Cancellation in Numerical Analysis

Question

How do you find the values of $x$ for which for example, $f(x) = 1-\cos(x)$ cannot be computed accurately? From different websites I see that this happens for large $x$-values, but I am not sure how to determine that.

Answer 1

For numerical computation of $\sin(x)$ or $\cos(x)$, it is usually best to normalize the argument $x$ to be within the range $[-\pi, \pi]$ or $[0, 2\pi]$, depending on the library's implementation of those trigonometric functions.

In numerical computation, subtraction operations destroy precision when the operands are very close in value, i.e. when $\cos(x)$ is near $1$ in your example.

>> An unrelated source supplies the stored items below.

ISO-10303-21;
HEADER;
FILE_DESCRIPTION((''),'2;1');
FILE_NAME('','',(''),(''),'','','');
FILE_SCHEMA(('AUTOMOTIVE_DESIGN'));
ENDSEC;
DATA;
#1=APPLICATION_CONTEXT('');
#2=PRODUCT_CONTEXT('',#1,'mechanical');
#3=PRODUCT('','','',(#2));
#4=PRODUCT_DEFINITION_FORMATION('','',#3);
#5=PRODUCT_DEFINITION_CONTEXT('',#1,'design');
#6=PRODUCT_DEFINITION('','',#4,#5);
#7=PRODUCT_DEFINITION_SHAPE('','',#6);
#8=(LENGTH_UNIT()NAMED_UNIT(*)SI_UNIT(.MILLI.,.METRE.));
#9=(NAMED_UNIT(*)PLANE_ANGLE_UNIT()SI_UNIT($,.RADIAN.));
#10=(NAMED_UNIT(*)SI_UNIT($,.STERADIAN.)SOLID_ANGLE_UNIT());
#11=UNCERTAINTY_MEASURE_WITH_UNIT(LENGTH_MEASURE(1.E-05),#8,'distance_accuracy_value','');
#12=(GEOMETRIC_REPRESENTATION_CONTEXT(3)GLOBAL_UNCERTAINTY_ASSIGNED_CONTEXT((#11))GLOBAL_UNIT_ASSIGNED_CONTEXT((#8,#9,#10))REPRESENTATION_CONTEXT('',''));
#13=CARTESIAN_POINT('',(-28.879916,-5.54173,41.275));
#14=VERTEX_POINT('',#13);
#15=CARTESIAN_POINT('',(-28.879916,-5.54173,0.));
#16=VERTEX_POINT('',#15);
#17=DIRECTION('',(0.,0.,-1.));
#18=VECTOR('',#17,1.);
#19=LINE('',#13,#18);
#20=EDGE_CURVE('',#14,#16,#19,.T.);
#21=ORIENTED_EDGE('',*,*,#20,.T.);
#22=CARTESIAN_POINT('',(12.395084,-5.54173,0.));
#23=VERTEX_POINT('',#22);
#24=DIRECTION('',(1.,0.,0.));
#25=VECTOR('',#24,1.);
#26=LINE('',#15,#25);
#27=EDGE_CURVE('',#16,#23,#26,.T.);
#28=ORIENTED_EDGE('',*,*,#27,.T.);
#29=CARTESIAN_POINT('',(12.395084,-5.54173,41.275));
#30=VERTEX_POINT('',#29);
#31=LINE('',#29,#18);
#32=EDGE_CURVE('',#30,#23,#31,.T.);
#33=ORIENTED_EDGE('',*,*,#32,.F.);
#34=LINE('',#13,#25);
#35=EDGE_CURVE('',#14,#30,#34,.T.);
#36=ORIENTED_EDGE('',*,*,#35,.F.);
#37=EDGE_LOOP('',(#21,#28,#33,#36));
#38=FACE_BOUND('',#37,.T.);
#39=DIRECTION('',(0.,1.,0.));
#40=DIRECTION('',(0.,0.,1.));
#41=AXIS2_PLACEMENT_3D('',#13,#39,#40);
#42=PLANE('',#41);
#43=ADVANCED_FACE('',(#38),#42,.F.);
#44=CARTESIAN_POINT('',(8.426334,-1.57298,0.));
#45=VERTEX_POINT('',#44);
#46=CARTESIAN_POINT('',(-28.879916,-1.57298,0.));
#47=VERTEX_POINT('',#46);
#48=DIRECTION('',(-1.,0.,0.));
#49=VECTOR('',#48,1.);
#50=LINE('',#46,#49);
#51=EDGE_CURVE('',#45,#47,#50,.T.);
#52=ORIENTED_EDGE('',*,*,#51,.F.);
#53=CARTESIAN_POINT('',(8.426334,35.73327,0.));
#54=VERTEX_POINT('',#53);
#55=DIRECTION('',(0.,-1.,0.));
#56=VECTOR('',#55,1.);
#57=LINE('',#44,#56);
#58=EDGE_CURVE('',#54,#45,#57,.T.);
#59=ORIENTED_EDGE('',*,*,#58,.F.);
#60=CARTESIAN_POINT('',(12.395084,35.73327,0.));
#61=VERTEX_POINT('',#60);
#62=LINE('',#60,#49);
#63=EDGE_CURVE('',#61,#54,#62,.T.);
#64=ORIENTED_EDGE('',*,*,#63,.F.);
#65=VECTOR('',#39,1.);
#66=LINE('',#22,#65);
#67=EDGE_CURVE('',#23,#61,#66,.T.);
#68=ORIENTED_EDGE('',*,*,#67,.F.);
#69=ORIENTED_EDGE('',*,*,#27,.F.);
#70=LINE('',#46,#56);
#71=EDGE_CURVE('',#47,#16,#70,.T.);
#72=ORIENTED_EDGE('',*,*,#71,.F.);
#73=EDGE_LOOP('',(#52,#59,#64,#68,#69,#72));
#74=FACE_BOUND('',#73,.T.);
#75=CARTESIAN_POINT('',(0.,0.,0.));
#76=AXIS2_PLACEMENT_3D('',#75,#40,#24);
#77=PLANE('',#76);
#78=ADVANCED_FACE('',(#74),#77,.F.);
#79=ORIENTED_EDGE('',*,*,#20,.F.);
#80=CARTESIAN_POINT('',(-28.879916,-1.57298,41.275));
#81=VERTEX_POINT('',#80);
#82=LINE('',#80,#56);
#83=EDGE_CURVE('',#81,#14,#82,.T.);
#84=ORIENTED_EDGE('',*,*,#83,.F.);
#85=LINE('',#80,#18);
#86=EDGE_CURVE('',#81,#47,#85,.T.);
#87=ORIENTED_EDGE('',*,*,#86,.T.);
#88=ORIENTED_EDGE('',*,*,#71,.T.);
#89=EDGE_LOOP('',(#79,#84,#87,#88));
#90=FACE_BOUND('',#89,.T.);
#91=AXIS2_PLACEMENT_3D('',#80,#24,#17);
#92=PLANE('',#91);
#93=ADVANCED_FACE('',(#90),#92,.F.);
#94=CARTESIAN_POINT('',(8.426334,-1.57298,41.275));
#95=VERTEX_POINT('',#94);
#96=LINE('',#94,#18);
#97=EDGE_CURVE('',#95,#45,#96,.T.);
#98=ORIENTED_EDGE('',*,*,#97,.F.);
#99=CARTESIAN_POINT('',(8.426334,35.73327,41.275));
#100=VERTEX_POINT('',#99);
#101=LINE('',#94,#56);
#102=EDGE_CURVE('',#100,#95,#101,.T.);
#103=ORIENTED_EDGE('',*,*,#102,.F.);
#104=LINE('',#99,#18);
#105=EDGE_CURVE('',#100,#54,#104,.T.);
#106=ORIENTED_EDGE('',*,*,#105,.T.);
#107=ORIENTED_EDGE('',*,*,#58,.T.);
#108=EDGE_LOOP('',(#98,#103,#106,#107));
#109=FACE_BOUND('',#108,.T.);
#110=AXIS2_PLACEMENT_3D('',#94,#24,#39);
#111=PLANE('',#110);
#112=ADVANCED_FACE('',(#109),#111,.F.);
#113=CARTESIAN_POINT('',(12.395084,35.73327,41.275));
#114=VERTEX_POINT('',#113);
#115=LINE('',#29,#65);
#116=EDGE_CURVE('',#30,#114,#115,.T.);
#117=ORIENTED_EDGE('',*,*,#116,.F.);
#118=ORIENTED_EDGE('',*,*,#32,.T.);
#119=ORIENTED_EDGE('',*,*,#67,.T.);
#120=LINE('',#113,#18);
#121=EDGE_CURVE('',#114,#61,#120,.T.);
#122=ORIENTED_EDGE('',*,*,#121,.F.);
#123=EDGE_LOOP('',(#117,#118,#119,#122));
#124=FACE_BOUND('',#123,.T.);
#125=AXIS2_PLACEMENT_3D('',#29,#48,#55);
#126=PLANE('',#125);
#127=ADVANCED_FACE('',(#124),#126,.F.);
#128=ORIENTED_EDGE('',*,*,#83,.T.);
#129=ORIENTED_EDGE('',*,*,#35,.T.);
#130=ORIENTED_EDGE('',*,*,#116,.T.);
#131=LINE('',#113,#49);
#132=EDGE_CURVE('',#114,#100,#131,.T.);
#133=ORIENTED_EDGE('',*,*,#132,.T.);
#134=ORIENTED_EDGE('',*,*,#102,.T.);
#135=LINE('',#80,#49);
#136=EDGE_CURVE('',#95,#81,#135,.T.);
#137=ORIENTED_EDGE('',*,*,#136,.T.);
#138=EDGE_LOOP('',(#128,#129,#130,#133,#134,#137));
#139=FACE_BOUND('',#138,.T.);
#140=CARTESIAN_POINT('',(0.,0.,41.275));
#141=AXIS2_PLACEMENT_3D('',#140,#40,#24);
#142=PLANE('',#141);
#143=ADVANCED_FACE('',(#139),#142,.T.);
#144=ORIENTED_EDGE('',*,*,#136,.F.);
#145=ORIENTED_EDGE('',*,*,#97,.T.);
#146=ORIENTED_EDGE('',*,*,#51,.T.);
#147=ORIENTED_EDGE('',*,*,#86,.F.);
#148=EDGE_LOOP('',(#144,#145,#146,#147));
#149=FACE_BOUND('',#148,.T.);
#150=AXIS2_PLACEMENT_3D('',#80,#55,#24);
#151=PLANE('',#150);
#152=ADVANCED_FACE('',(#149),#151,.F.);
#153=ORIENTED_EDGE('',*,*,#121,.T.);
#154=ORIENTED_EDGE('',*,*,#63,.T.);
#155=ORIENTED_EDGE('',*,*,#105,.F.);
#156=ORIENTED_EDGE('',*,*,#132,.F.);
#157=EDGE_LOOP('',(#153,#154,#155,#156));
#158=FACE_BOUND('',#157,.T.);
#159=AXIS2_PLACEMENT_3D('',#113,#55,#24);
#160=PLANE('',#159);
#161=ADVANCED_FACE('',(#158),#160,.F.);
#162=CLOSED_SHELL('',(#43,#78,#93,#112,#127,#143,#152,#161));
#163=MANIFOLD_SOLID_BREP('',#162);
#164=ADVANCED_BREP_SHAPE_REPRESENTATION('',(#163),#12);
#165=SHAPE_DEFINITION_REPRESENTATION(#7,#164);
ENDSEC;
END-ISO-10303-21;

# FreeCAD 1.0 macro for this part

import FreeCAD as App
import Part
import Sketcher

V = App.Vector
Q = App.Units.Quantity

doc = App.newDocument("Part")
body = doc.addObject("PartDesign::Body", "Body")

# Sketch on XY plane
sketch1 = body.newObject("Sketcher::SketchObject", "Sketch")
sketch1.AttachmentSupport = (doc.getObject("XY_Plane"), [""])
sketch1.MapMode = "FlatFace"
sketch1.addGeometry([
    Part.LineSegment(V(-28.9, -5.5, 0), V(12.4, -5.5, 0)),  # 0
    Part.LineSegment(V(12.4, -5.5, 0), V(12.4, 35.7, 0)),  # 1
    Part.LineSegment(V(12.4, 35.7, 0), V(8.4, 35.7, 0)),  # 2
    Part.LineSegment(V(8.4, 35.7, 0), V(8.4, -1.6, 0)),  # 3
    Part.LineSegment(V(8.4, -1.6, 0), V(-28.9, -1.6, 0)),  # 4
    Part.LineSegment(V(-28.9, -1.6, 0), V(-28.9, -5.5, 0)),  # 5
], False)
sketch1.addConstraint([
    Sketcher.Constraint("Coincident", 0, 2, 1, 1),
    Sketcher.Constraint("Coincident", 1, 2, 2, 1),
    Sketcher.Constraint("Coincident", 2, 2, 3, 1),
    Sketcher.Constraint("Coincident", 3, 2, 4, 1),
    Sketcher.Constraint("Coincident", 4, 2, 5, 1),
    Sketcher.Constraint("Coincident", 5, 2, 0, 1),
    Sketcher.Constraint("Horizontal", 0),
    Sketcher.Constraint("Vertical", 1),
    Sketcher.Constraint("Horizontal", 2),
    Sketcher.Constraint("Vertical", 3),
    Sketcher.Constraint("Horizontal", 4),
    Sketcher.Constraint("Vertical", 5),
    Sketcher.Constraint("Equal", 0, 1),
    Sketcher.Constraint("Equal", 4, 3),
    Sketcher.Constraint("DistanceX", 0, 1, 0, 2, Q("1.625 in")),
    Sketcher.Constraint("DistanceX", 2, 2, 2, 1, Q("0.15625 in")),
    Sketcher.Constraint("DistanceY", 0, 2, -1, 1, 5.54173),
    Sketcher.Constraint("DistanceX", -1, 1, 0, 2, 12.395084),
])
pad1 = body.newObject("PartDesign::Pad", "Pad")
pad1.Profile = sketch1
pad1.Length = Q("1.625 in")

doc.recompute()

So when the argument $x$, when normalized, is close to $0$ or $2\pi$, it may be better to compute $1-\cos(x)$ as $2\sin^2\left(\dfrac{x}{2}\right)$, or some other equivalent form, instead. It really depends on whether or not the loss of precision really matters for your problem.

Answer 2

Even for small $x$ you have a problem computing $1-\cos x$. The Taylor series shows that for small $x$ we have $\cos x \approx 1-\frac {x^2}2$ If your float has $53$ bits of precision like a typical $64$ bit number, you lose the difference from $1$ when $x \lt 2^{-26}$ The problem was much worse when floats were only $32$ bits with $24$ bits of precision.

Answer 3

The expression $f(x)=1-\cos x$ suggests the algorithm $$ z_1 = \cos x, \qquad z_2 = 1-z_1 $$

Now it is just a matter of computing the relative error of the outcome (i'm assuming $\cos x\ne0$, but this is not a problematic case):

\begin{align*} \varepsilon_{z_1} =& \frac{x (- \sin x)}{\cos x} \varepsilon_x + \varepsilon_{1}\\ \varepsilon_{z_2} = & z_1 \frac{-1}{1-z_1} \varepsilon_{z_1} + \varepsilon_2=-\frac{\cos x}{1-\cos x}\left( \frac{x (- \sin x)}{\cos x} \varepsilon_x + \varepsilon_{1}\right) + \varepsilon_{2}\\ = & \frac{x \sin x}{\cos x - 1} \varepsilon_x + \frac{\cos x}{\cos x - 1} \varepsilon_1 + \varepsilon_2 \end{align*}

This last expression expresses the relative error in the output in terms of the reltive error in the input ($\varepsilon_x$) adn the roundoff errors in the different steps of the algorithm. The algorithm becomes unstable when one or more coefficients are unbounded, which is the case of $\frac{\cos x}{\cos x -1}$. This is just a quantification of an obvious fact: if $\cos x$ is small (but not zero) and it is computed as zero the relative error computing $1-\cos x$ becomes infinite.